Implement webhook handler Lambda that receives GitHub events, clones repositories with full history, and initiates analysis pipeline.
- Memory: 1GB (1,024 MB) - Optimized for git performance
- Ephemeral Storage: 5GB (5,120 MB) - Testing configuration for large repositories
- Timeout: 5 minutes - Accommodate large repository clones
- Runtime: Python 3.12
- Cost Impact: FREE for moderate usage (within AWS Free Tier)
Approach: Git CLI with two-step process for complete repository handling
# Clone complete repository with full history
subprocess.run([
'git', 'clone',
f'https://github.com/{owner}/{repo}.git',
'/tmp/repo_full'
], check=True)# Checkout exact commit that triggered webhook
subprocess.run([
'git', 'checkout', commit_sha
], cwd='/tmp/repo_full', check=True)# Generate clean source snapshot without .git metadata
subprocess.run([
'git', 'archive', commit_sha,
'--format=tar', '--output=/tmp/workingcopy.tar'
], cwd='/tmp/repo_full', check=True)- Webhook validation: GitHub secret verification
- Event scope: Push events only (initial implementation)

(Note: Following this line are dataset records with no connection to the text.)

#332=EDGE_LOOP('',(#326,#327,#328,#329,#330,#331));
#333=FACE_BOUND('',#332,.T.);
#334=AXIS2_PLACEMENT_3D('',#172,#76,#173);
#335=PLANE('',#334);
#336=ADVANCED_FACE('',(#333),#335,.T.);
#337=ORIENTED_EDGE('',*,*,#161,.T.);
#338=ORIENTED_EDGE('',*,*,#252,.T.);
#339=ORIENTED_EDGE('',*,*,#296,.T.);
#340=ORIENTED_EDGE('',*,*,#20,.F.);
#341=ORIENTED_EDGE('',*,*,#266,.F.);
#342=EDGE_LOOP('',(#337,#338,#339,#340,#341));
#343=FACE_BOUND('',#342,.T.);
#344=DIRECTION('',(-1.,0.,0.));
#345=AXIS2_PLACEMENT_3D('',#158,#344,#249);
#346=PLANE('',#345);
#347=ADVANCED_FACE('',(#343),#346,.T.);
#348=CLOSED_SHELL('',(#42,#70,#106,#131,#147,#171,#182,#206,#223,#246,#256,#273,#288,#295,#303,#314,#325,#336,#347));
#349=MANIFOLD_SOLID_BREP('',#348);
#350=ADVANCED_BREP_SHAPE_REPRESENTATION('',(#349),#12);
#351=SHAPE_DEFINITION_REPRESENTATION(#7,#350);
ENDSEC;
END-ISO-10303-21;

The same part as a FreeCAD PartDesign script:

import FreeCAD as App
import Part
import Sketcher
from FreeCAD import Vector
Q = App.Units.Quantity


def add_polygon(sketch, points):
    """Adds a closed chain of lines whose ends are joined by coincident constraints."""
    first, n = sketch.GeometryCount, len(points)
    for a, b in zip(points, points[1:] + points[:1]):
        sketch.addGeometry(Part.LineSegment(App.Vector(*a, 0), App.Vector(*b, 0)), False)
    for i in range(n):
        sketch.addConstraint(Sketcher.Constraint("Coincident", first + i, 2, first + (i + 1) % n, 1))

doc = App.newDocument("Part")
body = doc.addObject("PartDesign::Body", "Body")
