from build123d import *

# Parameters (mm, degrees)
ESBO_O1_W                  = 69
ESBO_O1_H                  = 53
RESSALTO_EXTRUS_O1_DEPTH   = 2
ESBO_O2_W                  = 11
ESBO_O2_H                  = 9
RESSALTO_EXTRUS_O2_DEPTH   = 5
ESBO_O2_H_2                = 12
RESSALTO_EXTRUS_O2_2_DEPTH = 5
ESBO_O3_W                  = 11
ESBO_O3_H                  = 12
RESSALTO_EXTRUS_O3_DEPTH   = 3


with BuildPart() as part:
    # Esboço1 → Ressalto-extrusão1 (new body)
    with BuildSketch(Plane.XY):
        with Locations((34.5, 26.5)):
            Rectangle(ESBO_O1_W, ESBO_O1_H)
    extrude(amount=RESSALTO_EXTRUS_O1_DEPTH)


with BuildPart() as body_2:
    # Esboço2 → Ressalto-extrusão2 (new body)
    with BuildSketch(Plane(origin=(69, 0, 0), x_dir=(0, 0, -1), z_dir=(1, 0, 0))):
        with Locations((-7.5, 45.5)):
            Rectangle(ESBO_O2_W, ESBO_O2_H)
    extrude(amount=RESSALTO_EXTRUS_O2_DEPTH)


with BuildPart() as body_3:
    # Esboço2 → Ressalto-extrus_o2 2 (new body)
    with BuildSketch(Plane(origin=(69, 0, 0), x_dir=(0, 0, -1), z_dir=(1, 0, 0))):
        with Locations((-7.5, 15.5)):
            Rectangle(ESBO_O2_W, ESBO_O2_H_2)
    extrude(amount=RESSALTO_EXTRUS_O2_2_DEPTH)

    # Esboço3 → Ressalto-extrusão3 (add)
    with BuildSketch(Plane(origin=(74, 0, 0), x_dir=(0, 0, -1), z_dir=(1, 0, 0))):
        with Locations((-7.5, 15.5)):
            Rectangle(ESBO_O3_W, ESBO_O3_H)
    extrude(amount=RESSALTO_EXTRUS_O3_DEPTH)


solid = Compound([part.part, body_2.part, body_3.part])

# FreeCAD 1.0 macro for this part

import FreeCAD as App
import Part
import Sketcher
from FreeCAD import Vector

doc = App.newDocument("Part")
body = doc.addObject("PartDesign::Body", "Body")

# Sketch on XY plane
sketch1 = body.newObject("Sketcher::SketchObject", "Sketch")
sketch1.AttachmentSupport = (doc.getObject("XY_Plane"), [""])
sketch1.MapMode = "FlatFace"
sketch1.addGeometry([
    Part.LineSegment(Vector(0, 53, 0), Vector(0, 0, 0)),
    Part.LineSegment(Vector(0, 0, 0), Vector(69, 0, 0)),
    Part.LineSegment(Vector(69, 0, 0), Vector(69, 53, 0)),
    Part.LineSegment(Vector(69, 53, 0), Vector(0, 53, 0)),
], False)
sketch1.addConstraint([
    Sketcher.Constraint("Coincident", 0, 2, 1, 1),
    Sketcher.Constraint("Coincident", 1, 2, 2, 1),
    Sketcher.Constraint("Coincident", 2, 2, 3, 1),
    Sketcher.Constraint("Coincident", 3, 2, 0, 1),
    Sketcher.Constraint("Vertical", 0),
    Sketcher.Constraint("Horizontal", 1),
    Sketcher.Constraint("Vertical", 2),
    Sketcher.Constraint("Horizontal", 3),
    Sketcher.Constraint("Coincident", 0, 2, -1, 1),
    Sketcher.Constraint("DistanceX", 1, 1, 1, 2, 69.0),
    Sketcher.Constraint("DistanceY", 0, 2, 0, 1, 53.0),
])
pad1 = body.newObject("PartDesign::Pad", "Pad")
pad1.Profile = sketch1
pad1.Length = 2
body2 = doc.addObject("PartDesign::Body", "Body001")

# Sketch on YZ plane
sketch2 = body2.newObject("Sketcher::SketchObject", "Sketch001")
sketch2.AttachmentSupport = (doc.getObject("YZ_Plane001"), [""])
sketch2.MapMode = "FlatFace"
sketch2.AttachmentOffset = App.Placement(Vector(0, 0, 69), App.Rotation())
sketch2.addGeometry([
    Part.LineSegment(Vector(50, 13, 0), Vector(41, 13, 0)),
    Part.LineSegment(Vector(41, 13, 0), Vector(41, 2, 0)),
    Part.LineSegment(Vector(41, 2, 0), Vector(50, 2, 0)),
    Part.LineSegment(Vector(50, 2, 0), Vector(50, 13, 0)),
], False)
sketch2.addConstraint([
    Sketcher.Constraint("Coincident", 0, 2, 1, 1),
    Sketcher.Constraint("Coincident", 1, 2, 2, 1),
    Sketcher.Constraint("Coincident", 2, 2, 3, 1),
    Sketcher.Constraint("Coincident", 3, 2, 0, 1),
    Sketcher.Constraint("Horizontal", 0),
    Sketcher.Constraint("Vertical", 1),
    Sketcher.Constraint("Horizontal", 2),
    Sketcher.Constraint("Vertical", 3),
    Sketcher.Constraint("DistanceX", 0, 2, 0, 1, 9.0),
    Sketcher.Constraint("DistanceY", 1, 2, 1, 1, 11.0),
    Sketcher.Constraint("DistanceX", -1, 1, 0, 2, 41.0),
    Sketcher.Constraint("DistanceY", -1, 1, 0, 2, 13.0),
])
pad2 = body2.newObject("PartDesign::Pad", "Pad001")
pad2.Profile = sketch2
pad2.Length = 5
body3 = doc.addObject("PartDesign::Body", "Body002")

# Sketch on YZ plane
sketch3 = body3.newObject("Sketcher::SketchObject", "Sketch002")
sketch3.AttachmentSupport = (doc.getObject("YZ_Plane002"), [""])
sketch3.MapMode = "FlatFace"
sketch3.AttachmentOffset = App.Placement(Vector(0, 0, 69), App.Rotation())
sketch3.addGeometry([
    Part.LineSegment(Vector(22, 13, 0), Vector(10, 13, 0)),
    Part.LineSegment(Vector(10, 13, 0), Vector(10, 2, 0)),
    Part.LineSegment(Vector(10, 2, 0), Vector(22, 2, 0)),
    Part.LineSegment(Vector(22, 2, 0), Vector(22, 13, 0)),
], False)
sketch3.addConstraint([
    Sketcher.Constraint("Coincident", 0, 2, 1, 1),
    Sketcher.Constraint("Coincident", 1, 2, 2, 1),
    Sketcher.Constraint("Coincident", 2, 2, 3, 1),
    Sketcher.Constraint("Coincident", 3, 2, 0, 1),
    Sketcher.Constraint("Horizontal", 0),
    Sketcher.Constraint("Vertical", 1),
    Sketcher.Constraint("Horizontal", 2),
    Sketcher.Constraint("Vertical", 3),
    Sketcher.Constraint("DistanceX", 0, 2, 0, 1, 12.0),
    Sketcher.Constraint("DistanceY", 1, 2, 1, 1, 11.0),
    Sketcher.Constraint("DistanceY", -1, 1, 0, 2, 13.0),
    Sketcher.Constraint("DistanceX", -1, 1, 0, 2, 9.5),
])
pad3 = body3.newObject("PartDesign::Pad", "Pad002")
pad3.Profile = sketch3
pad3.Length = 5

# Sketch on YZ plane
sketch4 = body3.newObject("Sketcher::SketchObject", "Sketch003")
sketch4.AttachmentSupport = (doc.getObject("YZ_Plane002"), [""])
sketch4.MapMode = "FlatFace"
sketch4.AttachmentOffset = App.Placement(Vector(0, 0, 74), App.Rotation())
sketch4.addGeometry([
    Part.LineSegment(Vector(22, 13, 0), Vector(10, 13, 0)),
    Part.LineSegment(Vector(10, 13, 0), Vector(10, 2, 0)),
    Part.LineSegment(Vector(10, 2, 0), Vector(22, 2, 0)),
    Part.LineSegment(Vector(22, 2, 0), Vector(22, 13, 0)),
], False)
sketch4.addConstraint([
    Sketcher.Constraint("Coincident", 0, 2, 1, 1),
    Sketcher.Constraint("Coincident", 1, 2, 2, 1),
    Sketcher.Constraint("Coincident", 2, 2, 3, 1),
    Sketcher.Constraint("Coincident", 3, 2, 0, 1),
    Sketcher.Constraint("Horizontal", 0),
    Sketcher.Constraint("Vertical", 1),
    Sketcher.Constraint("Horizontal", 2),
    Sketcher.Constraint("Vertical", 3),
    Sketcher.Constraint("DistanceX", 0, 2, 0, 1, 12.0),
    Sketcher.Constraint("DistanceY", 1, 2, 1, 1, 11.0),
    Sketcher.Constraint("DistanceY", -1, 1, 0, 2, 13.0),
    Sketcher.Constraint("DistanceX", -1, 1, 0, 2, 9.5),
])
pad4 = body3.newObject("PartDesign::Pad", "Pad003")
pad4.Profile = sketch4
pad4.Length = 3

doc.recompute()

- Repository access: Public repositories only for MVP
- Authentication: GitHub personal access token
Three-directory structure uploaded to Drawer S3 bucket:
repos/{owner}/{repo}/{commit_sha}/
├── workingcopy/ # Clean source code for analysis
├── repohistory/ # Full git repository with history
└── analysis/ # Reserved for Analyst outputs
- Webhook Receipt: Validate GitHub webhook signature
- Metadata Extraction: Parse repository owner, name, commit SHA, default branch
- Repository Check: Verify repository doesn't have existing analysis/ folder
- Git Operations: Execute three-step cloning process
- Drawer Upload: Store workingcopy and repohistory in S3
- Event Publishing: Emit "repo_ready" event to Telephonist
Extract from GitHub webhook payload:
repository.owner.login→ Repository ownerrepository.name→ Repository namerepository.default_branch→ Target branch (main/master)head_commit.id→ Commit SHA for exact state
{
"source": "coderipple.system",
"detail-type": "repo_ready",
"detail": {
"component": "Receptionist",
"repository": {
"owner": "username",
"name": "repo-name",
"default_branch": "main",
"commit_sha": "abc123..."
},
"s3_location": "repos/username/repo-name/abc123/",
"timestamp": "2025-06-30T18:00:00Z"
}
}- Immediate Response: Return 200 OK to GitHub (async processing)
- CloudWatch Logging: Comprehensive error logging for debugging
- Graceful Failures: Handle git errors, network issues, S3 failures
- Event Publishing: Log all operations to Hermes for transparency
- High Memory: 1GB allocation for faster git operations
- Large Storage: 5GB ephemeral storage for large repositories
- Parallel Operations: Concurrent upload of workingcopy and repohistory
- Compression: ZIP compression for efficient S3 transfer
- Git CLI: Available in Lambda runtime environment
- boto3: AWS SDK for S3 operations and EventBridge publishing
- requests: GitHub API interactions and webhook validation
- zipfile: Repository compression for storage
- Gatekeeper: Receives validated webhook events
- Drawer: Stores repository files in organized structure
- Telephonist: Publishes repo_ready events for pipeline coordination
- Hermes: Logs all operations for system transparency
Ready for Lambda function implementation with git CLI integration and Drawer storage operations.